To evaluate genotyping technical robustness, an experiment was designed and conducted with Affy6 using four technical replicates for six subjects. The results showed that genotyping with Affy6 is generally robust for the raw intensity, genotypes, and CNV. The reproducibility across laboratories with an average concordance of ∼0.99 was observed. However, common diseases being investigated in GWAS are typically influenced by multiple loci, with each locus making a small contribution. Therefore, small errors in any procedure can be amplified in GWAS results, as shown in the results for significant associations under various SNP arrays and genotype calling algorithms. The potential for errors caused by small technical fluctuations of genotyping suggests that technical replicates can increase the reliability of GWAS findings. Furthermore, using technical replicates helps remove low-quality arrays as shown in this study. If no technical replicates were used, one replicate of N13 would not be identified as problematic because its QC looks reasonable. But when comparing with the other three technical replicates, it is obvious that all measures (intensity correlation, concordances of genotypes and CNV, heterozygous rate) show that the data from this array causes problems in genotyping.

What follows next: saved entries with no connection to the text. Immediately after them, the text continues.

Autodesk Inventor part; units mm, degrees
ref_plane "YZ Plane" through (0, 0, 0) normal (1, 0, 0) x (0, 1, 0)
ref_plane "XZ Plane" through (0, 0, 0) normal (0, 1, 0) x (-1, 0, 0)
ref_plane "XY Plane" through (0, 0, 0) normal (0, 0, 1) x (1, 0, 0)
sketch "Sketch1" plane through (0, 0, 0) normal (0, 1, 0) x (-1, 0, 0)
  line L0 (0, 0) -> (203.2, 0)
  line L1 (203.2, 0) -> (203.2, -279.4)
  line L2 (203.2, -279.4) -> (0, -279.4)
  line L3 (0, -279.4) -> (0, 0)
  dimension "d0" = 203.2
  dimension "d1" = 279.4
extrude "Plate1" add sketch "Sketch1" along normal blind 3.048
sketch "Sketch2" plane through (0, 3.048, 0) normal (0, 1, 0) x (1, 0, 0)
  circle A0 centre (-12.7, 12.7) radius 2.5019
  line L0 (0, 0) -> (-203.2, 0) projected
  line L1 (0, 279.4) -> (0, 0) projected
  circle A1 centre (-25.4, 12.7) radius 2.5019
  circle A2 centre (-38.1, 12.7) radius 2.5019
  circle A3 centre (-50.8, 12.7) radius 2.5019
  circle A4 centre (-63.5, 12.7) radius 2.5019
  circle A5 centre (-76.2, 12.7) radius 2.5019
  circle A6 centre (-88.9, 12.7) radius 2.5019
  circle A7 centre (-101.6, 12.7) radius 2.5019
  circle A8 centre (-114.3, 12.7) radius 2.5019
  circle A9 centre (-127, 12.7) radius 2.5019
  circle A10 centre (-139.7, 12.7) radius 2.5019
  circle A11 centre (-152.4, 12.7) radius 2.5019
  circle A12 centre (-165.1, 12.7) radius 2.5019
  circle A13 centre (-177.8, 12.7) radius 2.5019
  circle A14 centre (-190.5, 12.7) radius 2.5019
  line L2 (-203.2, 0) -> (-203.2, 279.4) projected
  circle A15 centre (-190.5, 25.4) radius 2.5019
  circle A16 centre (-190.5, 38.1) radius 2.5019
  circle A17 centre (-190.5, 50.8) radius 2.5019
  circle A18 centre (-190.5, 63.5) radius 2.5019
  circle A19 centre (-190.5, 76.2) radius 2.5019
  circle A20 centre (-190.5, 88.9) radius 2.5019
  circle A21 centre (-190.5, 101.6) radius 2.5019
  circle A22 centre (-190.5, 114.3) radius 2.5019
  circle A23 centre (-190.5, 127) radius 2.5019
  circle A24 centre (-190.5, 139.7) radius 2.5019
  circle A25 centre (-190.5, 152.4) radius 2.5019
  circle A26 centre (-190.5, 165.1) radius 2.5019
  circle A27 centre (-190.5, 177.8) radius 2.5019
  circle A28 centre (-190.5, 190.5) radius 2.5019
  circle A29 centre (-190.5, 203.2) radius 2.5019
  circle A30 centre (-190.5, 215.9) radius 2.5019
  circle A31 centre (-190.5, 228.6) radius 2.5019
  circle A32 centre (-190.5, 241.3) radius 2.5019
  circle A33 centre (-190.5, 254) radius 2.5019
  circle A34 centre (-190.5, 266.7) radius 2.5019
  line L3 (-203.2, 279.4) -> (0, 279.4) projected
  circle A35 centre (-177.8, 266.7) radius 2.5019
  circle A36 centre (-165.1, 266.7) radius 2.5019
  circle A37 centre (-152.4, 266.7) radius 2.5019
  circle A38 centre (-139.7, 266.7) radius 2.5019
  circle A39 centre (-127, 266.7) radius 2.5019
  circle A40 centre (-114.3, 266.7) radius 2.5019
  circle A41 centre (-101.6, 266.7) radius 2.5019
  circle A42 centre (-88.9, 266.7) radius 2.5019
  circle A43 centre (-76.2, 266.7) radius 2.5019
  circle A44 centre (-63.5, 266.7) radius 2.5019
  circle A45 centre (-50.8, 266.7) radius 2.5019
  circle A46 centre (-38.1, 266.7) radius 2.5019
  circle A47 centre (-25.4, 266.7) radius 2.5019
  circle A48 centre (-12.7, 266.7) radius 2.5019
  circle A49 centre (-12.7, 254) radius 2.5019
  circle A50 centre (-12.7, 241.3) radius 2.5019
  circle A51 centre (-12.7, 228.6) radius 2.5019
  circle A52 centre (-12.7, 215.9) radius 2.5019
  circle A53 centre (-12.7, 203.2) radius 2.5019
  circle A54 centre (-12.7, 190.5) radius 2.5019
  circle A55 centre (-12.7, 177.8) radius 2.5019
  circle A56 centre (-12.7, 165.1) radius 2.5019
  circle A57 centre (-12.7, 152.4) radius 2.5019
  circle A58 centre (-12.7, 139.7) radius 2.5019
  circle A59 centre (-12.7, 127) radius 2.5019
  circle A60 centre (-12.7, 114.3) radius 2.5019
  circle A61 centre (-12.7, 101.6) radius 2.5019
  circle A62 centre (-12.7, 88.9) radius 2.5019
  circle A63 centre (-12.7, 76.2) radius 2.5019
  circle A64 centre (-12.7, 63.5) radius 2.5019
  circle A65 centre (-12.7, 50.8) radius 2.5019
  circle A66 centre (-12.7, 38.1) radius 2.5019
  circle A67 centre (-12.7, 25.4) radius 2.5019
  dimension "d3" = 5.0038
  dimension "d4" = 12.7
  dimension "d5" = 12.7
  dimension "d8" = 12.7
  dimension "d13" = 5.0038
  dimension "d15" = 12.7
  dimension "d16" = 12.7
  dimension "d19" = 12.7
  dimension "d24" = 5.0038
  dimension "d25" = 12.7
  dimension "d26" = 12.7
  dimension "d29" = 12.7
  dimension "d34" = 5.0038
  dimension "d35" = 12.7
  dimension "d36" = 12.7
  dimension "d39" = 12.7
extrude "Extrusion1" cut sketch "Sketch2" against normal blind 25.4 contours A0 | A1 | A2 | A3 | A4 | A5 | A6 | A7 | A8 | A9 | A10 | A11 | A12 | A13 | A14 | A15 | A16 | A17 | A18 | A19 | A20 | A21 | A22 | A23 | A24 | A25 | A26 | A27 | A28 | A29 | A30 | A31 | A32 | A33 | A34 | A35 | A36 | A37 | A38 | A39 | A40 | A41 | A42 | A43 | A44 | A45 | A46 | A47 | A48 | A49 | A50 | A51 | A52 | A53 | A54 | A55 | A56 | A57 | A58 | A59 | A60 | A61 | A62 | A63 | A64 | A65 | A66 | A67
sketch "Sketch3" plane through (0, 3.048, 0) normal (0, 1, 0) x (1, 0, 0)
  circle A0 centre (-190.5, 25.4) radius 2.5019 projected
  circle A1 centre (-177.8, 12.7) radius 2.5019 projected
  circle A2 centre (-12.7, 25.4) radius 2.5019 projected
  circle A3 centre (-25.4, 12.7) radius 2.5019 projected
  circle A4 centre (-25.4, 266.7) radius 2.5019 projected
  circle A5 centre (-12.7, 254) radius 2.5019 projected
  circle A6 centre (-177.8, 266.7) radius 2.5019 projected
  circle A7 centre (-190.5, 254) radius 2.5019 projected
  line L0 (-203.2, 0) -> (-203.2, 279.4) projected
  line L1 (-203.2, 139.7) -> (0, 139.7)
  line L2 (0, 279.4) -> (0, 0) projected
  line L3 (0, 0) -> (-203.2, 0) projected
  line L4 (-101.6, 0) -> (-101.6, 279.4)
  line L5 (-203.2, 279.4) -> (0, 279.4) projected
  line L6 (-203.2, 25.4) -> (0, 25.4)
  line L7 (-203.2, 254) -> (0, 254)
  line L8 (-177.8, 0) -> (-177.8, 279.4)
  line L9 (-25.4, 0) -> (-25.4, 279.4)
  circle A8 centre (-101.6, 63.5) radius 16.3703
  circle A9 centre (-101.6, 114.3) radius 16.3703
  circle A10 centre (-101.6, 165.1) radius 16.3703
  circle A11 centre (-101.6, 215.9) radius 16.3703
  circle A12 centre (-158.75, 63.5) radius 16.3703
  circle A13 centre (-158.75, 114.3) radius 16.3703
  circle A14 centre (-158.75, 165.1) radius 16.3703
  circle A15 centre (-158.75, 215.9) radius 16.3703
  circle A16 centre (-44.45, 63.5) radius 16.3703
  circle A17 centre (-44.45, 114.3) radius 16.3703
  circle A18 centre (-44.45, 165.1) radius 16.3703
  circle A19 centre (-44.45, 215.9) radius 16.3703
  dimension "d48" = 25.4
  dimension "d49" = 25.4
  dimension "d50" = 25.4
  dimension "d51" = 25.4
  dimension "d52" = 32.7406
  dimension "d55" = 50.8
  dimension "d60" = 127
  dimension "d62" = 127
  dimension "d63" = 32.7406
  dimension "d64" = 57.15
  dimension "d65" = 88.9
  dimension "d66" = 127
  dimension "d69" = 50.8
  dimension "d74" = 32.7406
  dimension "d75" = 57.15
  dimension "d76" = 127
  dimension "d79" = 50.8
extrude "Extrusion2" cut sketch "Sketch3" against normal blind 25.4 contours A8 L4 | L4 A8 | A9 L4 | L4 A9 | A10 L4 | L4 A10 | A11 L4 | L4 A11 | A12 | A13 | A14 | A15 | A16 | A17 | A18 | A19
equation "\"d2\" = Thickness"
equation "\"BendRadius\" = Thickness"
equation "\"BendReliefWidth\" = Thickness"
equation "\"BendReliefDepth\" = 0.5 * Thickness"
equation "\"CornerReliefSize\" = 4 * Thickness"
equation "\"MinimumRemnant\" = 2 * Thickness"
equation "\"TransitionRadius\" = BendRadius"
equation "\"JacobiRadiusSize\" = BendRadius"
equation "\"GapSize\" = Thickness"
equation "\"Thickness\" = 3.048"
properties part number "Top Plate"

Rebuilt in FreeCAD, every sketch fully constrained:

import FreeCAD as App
import Part
import Sketcher
Q = App.Units.Quantity


def add_polygon(sketch, points):
    """Adds a closed chain of lines whose ends are joined by coincident constraints."""
    first, n = sketch.GeometryCount, len(points)
    for a, b in zip(points, points[1:] + points[:1]):
        sketch.addGeometry(Part.LineSegment(App.Vector(*a, 0), App.Vector(*b, 0)), False)
    for i in range(n):
        sketch.addConstraint(Sketcher.Constraint("Coincident", first + i, 2, first + (i + 1) % n, 1))

doc = App.newDocument("Part")
body = doc.addObject("PartDesign::Body", "Body")

sketch1 = body.newObject("Sketcher::SketchObject", "Sketch")
sketch1.AttachmentSupport = (doc.getObject("XZ_Plane"), [""])
sketch1.MapMode = "FlatFace"
add_polygon(sketch1, [(-203, 0), (0, 0), (0, -279), (-203, -279)])
sketch1.addConstraint([
    Sketcher.Constraint("Horizontal", 0),
    Sketcher.Constraint("Vertical", 1),
    Sketcher.Constraint("Horizontal", 2),
    Sketcher.Constraint("Vertical", 3),
    Sketcher.Constraint("Coincident", 0, 2, -1, 1),
    Sketcher.Constraint("DistanceX", 0, 1, 0, 2, Q("8 in")),
    Sketcher.Constraint("DistanceY", 1, 2, 1, 1, Q("11 in")),
])
pad1 = body.newObject("PartDesign::Pad", "Pad")
pad1.Profile = sketch1
pad1.Length = Q("0.12 in")
pad1.Reversed = True

sketch2 = body.newObject("Sketcher::SketchObject", "Sketch001")
sketch2.AttachmentSupport = (doc.getObject("XZ_Plane"), [""])
sketch2.MapMode = "FlatFace"
sketch2.AttachmentOffset = App.Placement(App.Vector(0, 0, -0.12 * 25.4), App.Rotation())
sketch2.addGeometry([
    Part.Circle(App.Vector(-12.7, -12.7, 0), App.Vector(0, 0, 1), 2.5),
    Part.Circle(App.Vector(-25.4, -12.7, 0), App.Vector(0, 0, 1), 2.5),
    Part.Circle(App.Vector(-38.1, -12.7, 0), App.Vector(0, 0, 1), 2.5),
    Part.Circle(App.Vector(-50.8, -12.7, 0), App.Vector(0, 0, 1), 2.5),
    Part.Circle(App.Vector(-63.5, -12.7, 0), App.Vector(0, 0, 1), 2.5),
    Part.Circle(App.Vector(-76.2, -12.7, 0), App.Vector(0, 0, 1), 2.5),
    Part.Circle(App.Vector(-88.9, -12.7, 0), App.Vector(0, 0, 1), 2.5),
    Part.Circle(App.Vector(-101.6, -12.7, 0), App.Vector(0, 0, 1), 2.5),
    Part.Circle(App.Vector(-114.3, -12.7, 0), App.Vector(0, 0, 1), 2.5),
    Part.Circle(App.Vector(-127, -12.7, 0), App.Vector(0, 0, 1), 2.5),
    Part.Circle(App.Vector(-139.7, -12.7, 0), App.Vector(0, 0, 1), 2.5),
    Part.Circle(App.Vector(-152.4, -12.7, 0), App.Vector(0, 0, 1), 2.5),
    Part.Circle(App.Vector(-165.1, -12.7, 0), App.Vector(0, 0, 1), 2.5),
    Part.Circle(App.Vector(-177.8, -12.7, 0), App.Vector(0, 0, 1), 2.5),
    Part.Circle(App.Vector(-190.5, -12.7, 0), App.Vector(0, 0, 1), 2.5),
    Part.Circle(App.Vector(-190.5, -25.4, 0), App.Vector(0, 0, 1), 2.5),
    Part.Circle(App.Vector(-190.5, -38.1, 0), App.Vector(0, 0, 1), 2.5),
    Part.Circle(App.Vector(-190.5, -50.8, 0), App.Vector(0, 0, 1), 2.5),
    Part.Circle(App.Vector(-190.5, -63.5, 0), App.Vector(0, 0, 1), 2.5),
    Part.Circle(App.Vector(-190.5, -76.2, 0), App.Vector(0, 0, 1), 2.5),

This study showed that genotype inconsistency propagates to GWAS results. Sources of errors introduced into genotypes such as experimental design, the type of SNP array, and the genotype calling algorithm have the potential to generate inconsistent associated SNPs, and hence Type I and Type II errors. Furthermore, it was observed that genotype inconsistency not only propagated to the downstream association analysis, but was amplified in the associated SNPs (Supplementary Figure 6).

There were many SNPs (∼15%) identified as significant from BRLMM and Birdseed, but not from DM (Supplementary Figures 6b and 6c). Most of those SNPs had low call rates and were filtered in the QC process and not tested for associations. If a less stringent cutoff was used in DM, it could be expected that some of those SNPs would pass the same QC criterion and the missing rate of associated SNPs from DM would be decreased, but could not be completely eliminated, evidenced by the comparison between BRLMM and Birdseed in which discordant rates of associated SNPs were about three times of the discordant rate of genotypes between the two algorithms (Supplementary Figure 6d).

Genotype discordance was found in both missing calls and successful calls. Our study showed that the propagation of discordant genotypes to the associated SNPs was caused by both sources of discordance (Figures 5 and 6). Our observations suggest that there is room for improvements on both call rate and accuracy of calling algorithms. There is a tradeoff in the source of discordance depending on the chosen cutoff for calling a missing.

An interesting observation was that more associated SNPs were identified in the model using African as case (Figures 5 and 6). In the HapMap samples, it is well known that the Yoruban is more genetically distinct than the Asian and European. However, discordant rates of associated SNPs for the African model were lower than Asian and European models (Figure 6). Therefore, discordance in genotypes might be amplified more in the associated SNPs for weaker traits than for stronger traits. Comparing with the population differences of the HapMap samples used in our study, traits of current GWAS are usually much weaker, and a smaller number of concordant associated SNPs are expected.